Thursday, 17 January, 2019

France PM plans to ban ‘unlawful’ protests, violence

Former French boxing champ surrenders after punching police in protest Ex-boxing champ surrenders after punching French police
Kristopher Love | 10 January, 2019, 04:30

"Macron's government is not up to the expectations and some of the policies he is putting forward, particularly at the European level, are even harmful not only to French citizens but also to Europe", the Italian minister said, citing migration issues as a prime example.

The Ifop poll of 1,014 people was carried out on January 3-4, before the latest marches last Saturday when rioters torched motorbikes and set barricades ablaze in Paris.

Another major demonstration has been called for Saturday, this time in Bourges, central France, instead of the capital.

Mr Philippe told TF1 television, "Today, if we want to defend the freedom to demonstrate... we must evolve our law and supplement our legislative system".

Journalists have been repeatedly attacked while covering protests but Sophia Chikirou, a former campaign director for the far-left Jean-Luc Melenchon's La France Insoumise (France Unbowed) party, said after earlier disturbances that she feels no sympathy for them.

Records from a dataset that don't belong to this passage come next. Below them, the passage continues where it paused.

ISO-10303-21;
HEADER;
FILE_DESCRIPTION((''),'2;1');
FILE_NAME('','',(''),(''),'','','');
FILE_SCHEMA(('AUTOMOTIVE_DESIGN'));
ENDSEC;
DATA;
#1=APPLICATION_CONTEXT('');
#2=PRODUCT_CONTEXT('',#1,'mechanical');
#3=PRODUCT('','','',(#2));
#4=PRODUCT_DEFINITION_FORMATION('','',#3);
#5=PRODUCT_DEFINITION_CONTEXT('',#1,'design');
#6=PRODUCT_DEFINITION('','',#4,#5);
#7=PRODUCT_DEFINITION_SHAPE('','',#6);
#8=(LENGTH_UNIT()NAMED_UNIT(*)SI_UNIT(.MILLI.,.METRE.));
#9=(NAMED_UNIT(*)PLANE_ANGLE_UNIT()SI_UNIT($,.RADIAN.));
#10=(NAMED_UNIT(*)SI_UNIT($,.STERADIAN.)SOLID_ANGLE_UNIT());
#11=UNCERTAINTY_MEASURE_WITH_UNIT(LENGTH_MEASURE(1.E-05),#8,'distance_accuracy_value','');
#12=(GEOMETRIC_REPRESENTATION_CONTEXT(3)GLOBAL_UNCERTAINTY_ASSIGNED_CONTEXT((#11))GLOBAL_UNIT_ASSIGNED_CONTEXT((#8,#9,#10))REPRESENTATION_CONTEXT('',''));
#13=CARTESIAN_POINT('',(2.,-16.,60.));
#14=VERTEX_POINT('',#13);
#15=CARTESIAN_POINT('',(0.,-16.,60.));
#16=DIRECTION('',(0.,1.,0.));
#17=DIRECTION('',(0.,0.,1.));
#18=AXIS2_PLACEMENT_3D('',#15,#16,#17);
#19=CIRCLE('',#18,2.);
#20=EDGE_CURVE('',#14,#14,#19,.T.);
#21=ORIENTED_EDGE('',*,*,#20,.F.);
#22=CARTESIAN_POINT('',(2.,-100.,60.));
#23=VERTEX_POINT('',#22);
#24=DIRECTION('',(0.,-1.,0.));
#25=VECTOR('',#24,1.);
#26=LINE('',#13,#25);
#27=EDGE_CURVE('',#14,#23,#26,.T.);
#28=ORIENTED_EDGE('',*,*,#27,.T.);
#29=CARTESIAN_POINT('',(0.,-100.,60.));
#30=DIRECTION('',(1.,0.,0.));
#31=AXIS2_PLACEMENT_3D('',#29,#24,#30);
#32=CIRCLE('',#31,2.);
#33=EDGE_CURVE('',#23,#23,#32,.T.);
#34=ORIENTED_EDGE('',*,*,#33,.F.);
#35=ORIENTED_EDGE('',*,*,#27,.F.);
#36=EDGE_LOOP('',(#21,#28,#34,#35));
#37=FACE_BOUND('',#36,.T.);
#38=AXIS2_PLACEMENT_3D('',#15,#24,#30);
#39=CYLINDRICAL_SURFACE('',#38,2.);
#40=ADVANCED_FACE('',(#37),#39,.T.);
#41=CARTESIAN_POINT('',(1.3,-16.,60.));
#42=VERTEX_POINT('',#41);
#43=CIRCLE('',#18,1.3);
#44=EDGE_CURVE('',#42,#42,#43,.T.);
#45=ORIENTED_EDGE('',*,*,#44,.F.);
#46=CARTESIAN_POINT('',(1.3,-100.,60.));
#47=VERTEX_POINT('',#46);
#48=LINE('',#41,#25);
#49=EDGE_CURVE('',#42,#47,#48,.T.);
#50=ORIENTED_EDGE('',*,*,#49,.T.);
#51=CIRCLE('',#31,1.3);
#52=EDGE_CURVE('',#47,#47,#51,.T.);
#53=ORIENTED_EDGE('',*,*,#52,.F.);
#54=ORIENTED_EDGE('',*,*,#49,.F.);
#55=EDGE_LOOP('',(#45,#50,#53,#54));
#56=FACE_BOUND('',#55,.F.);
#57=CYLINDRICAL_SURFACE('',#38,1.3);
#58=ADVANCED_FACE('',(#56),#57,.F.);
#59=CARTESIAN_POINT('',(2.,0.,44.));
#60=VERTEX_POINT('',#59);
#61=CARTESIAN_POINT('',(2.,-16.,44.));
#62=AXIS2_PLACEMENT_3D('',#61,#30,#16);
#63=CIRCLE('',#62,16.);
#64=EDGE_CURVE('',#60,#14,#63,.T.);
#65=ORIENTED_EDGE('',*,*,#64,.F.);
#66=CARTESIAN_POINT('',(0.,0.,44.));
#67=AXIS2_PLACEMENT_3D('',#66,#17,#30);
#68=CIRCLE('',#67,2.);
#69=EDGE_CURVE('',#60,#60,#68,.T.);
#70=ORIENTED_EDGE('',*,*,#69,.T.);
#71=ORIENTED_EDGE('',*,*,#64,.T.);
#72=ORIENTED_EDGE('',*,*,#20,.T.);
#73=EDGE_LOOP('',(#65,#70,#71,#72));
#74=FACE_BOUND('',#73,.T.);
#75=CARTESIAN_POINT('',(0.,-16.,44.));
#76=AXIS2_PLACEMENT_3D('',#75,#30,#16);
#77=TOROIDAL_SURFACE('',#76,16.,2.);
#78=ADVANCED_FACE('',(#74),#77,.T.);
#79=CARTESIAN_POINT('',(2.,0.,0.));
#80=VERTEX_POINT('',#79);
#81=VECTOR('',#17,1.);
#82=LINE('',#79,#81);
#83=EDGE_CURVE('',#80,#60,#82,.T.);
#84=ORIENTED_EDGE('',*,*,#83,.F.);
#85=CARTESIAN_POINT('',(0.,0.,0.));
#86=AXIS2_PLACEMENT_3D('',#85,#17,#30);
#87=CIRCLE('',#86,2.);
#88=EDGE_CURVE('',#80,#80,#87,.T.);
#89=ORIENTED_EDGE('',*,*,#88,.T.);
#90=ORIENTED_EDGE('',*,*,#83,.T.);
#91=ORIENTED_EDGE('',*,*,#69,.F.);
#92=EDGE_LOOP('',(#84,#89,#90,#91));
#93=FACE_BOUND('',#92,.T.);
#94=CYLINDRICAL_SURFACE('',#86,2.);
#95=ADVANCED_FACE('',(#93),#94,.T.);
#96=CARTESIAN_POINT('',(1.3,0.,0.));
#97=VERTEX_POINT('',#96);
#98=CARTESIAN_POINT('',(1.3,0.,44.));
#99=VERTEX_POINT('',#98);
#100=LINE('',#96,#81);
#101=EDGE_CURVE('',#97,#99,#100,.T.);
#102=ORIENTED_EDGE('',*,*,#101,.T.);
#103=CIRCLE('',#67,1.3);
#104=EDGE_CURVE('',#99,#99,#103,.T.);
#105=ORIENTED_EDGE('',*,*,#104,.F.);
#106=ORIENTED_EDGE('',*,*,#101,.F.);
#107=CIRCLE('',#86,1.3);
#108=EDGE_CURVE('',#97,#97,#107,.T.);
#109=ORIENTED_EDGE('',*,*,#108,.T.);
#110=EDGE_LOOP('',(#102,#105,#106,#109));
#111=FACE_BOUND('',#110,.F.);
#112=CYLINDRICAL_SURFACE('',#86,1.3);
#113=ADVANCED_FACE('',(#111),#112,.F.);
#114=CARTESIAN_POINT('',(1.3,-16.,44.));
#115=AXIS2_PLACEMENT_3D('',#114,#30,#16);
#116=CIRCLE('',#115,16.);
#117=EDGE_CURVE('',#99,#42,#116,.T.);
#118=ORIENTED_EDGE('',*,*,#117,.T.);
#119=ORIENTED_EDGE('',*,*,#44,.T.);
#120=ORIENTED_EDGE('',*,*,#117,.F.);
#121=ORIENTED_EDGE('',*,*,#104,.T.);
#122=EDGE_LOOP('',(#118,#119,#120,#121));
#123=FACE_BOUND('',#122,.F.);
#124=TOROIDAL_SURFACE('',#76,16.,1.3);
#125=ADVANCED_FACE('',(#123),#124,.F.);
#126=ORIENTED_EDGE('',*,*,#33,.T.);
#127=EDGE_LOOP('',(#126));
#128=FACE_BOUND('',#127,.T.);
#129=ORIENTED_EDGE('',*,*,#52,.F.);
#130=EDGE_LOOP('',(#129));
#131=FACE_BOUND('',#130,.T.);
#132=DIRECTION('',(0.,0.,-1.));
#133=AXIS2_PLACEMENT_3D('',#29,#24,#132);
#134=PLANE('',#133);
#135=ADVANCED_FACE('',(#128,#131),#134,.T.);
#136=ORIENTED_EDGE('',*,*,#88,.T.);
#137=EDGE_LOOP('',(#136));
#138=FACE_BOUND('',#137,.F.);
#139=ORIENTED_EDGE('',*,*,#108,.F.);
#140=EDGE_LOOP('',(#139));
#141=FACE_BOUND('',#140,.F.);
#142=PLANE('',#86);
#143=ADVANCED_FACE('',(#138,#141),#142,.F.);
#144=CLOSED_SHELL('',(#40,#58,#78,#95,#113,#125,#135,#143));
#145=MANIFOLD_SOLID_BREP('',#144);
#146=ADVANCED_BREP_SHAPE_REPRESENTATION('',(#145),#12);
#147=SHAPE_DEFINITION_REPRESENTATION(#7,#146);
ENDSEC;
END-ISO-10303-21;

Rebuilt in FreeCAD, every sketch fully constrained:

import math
import FreeCAD as App
import Part
import Sketcher

doc = App.newDocument("Part")
body = doc.addObject("PartDesign::Body", "Body")

# Sketch on XY plane
sketch1 = doc.addObject("Sketcher::SketchObject", "Sketch")
body.addObject(sketch1)
sketch1.AttachmentSupport = (doc.XY_Plane, [""])
sketch1.MapMode = "FlatFace"
sketch1.addGeometry([
    Part.Circle(App.Vector(0, 0, 0), App.Vector(0, 0, 1), 2),
    Part.Circle(App.Vector(0, 0, 0), App.Vector(0, 0, 1), 1.3),
], False)
sketch1.addConstraint([
    Sketcher.Constraint("Coincident", 0, 3, -1, 1),
    Sketcher.Constraint("Coincident", 1, 3, -1, 1),
    Sketcher.Constraint("Diameter", 0, 4.0),
    Sketcher.Constraint("Diameter", 1, 2.6),
])

# Sketch on YZ plane
sketch2 = doc.addObject("Sketcher::SketchObject", "Sketch001")
body.addObject(sketch2)
sketch2.AttachmentSupport = (doc.YZ_Plane, [""])
sketch2.MapMode = "FlatFace"
sketch2.addGeometry([
    Part.LineSegment(App.Vector(0, 0, 0), App.Vector(0, 44, 0)),
    Part.ArcOfCircle(Part.Circle(App.Vector(-16, 44, 0), App.Vector(0, 0, 1), 16), math.radians(0), math.radians(90)),
    Part.LineSegment(App.Vector(-16, 60, 0), App.Vector(-100, 60, 0)),
], False)
sketch2.addConstraint([
    Sketcher.Constraint("Tangent", 0, 2, 1, 1),
    Sketcher.Constraint("Tangent", 1, 2, 2, 1),
    Sketcher.Constraint("Vertical", 0),
    Sketcher.Constraint("Horizontal", 2),
    Sketcher.Constraint("Coincident", 0, 1, -1, 1),
    Sketcher.Constraint("Radius", 1, 16.0),
    Sketcher.Constraint("DistanceX", 2, 2, 2, 1, 84.0),
    Sketcher.Constraint("DistanceY", 0, 1, 0, 2, 44.0),
])
doc.recompute()

additivepipe = doc.addObject("PartDesign::AdditivePipe", "AdditivePipe")
body.addObject(additivepipe)
additivepipe.Profile = sketch1
additivepipe.Spine = (sketch2, ["Edge1", "Edge2", "Edge3"])

doc.recompute()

Unrest in Paris this past weekend saw rioters starting fires on the prestigious Boulevard Saint Germain, engaging in running battles with the police, and running a forklift into a government building to smash down its gates.

The "yellow vest" movement mobilized through social media has forced Macron to reconsider his economic and social recipe for the eurozone's No.2 power by offering a series of concessions to appease angry citizens.

Images of a policeman striking several protesters in the southern city of Toulon on Saturday also risk fanning the flames.

French Prime Minister Edouard Philippe has announced plans to ban participation in unauthorised protests as the government scrambles to try to end weeks of violent "yellow vest" rallies.

Elected in mid-2017 on a platform of liberalizing the economy, Macron has promised to press on with his reform program and overhaul French institutions in spite of the "yellow vest" crisis.

Republican party head Laurent Wauquiez wrote in a tweet that the move was too little, too late, as it would not take "immediate effect".

"Yellow vests, do not give up!"

Protests against a new fuel tax erupted on November 17 when people across France took to the streets to voice their opposition by organizing traffic blockades.

He added that some yellow vest protesters believed that RT was the only "free media". One had more than 3,000 "likes". There was a recent statement by two ministers from the Italian government who do not hide their support [for the yellow vest movement]...

About 50,000 people took to the streets again on Saturday in cities around France - more than the previous week's protest, but fewer than the 280,000 who turned out in November.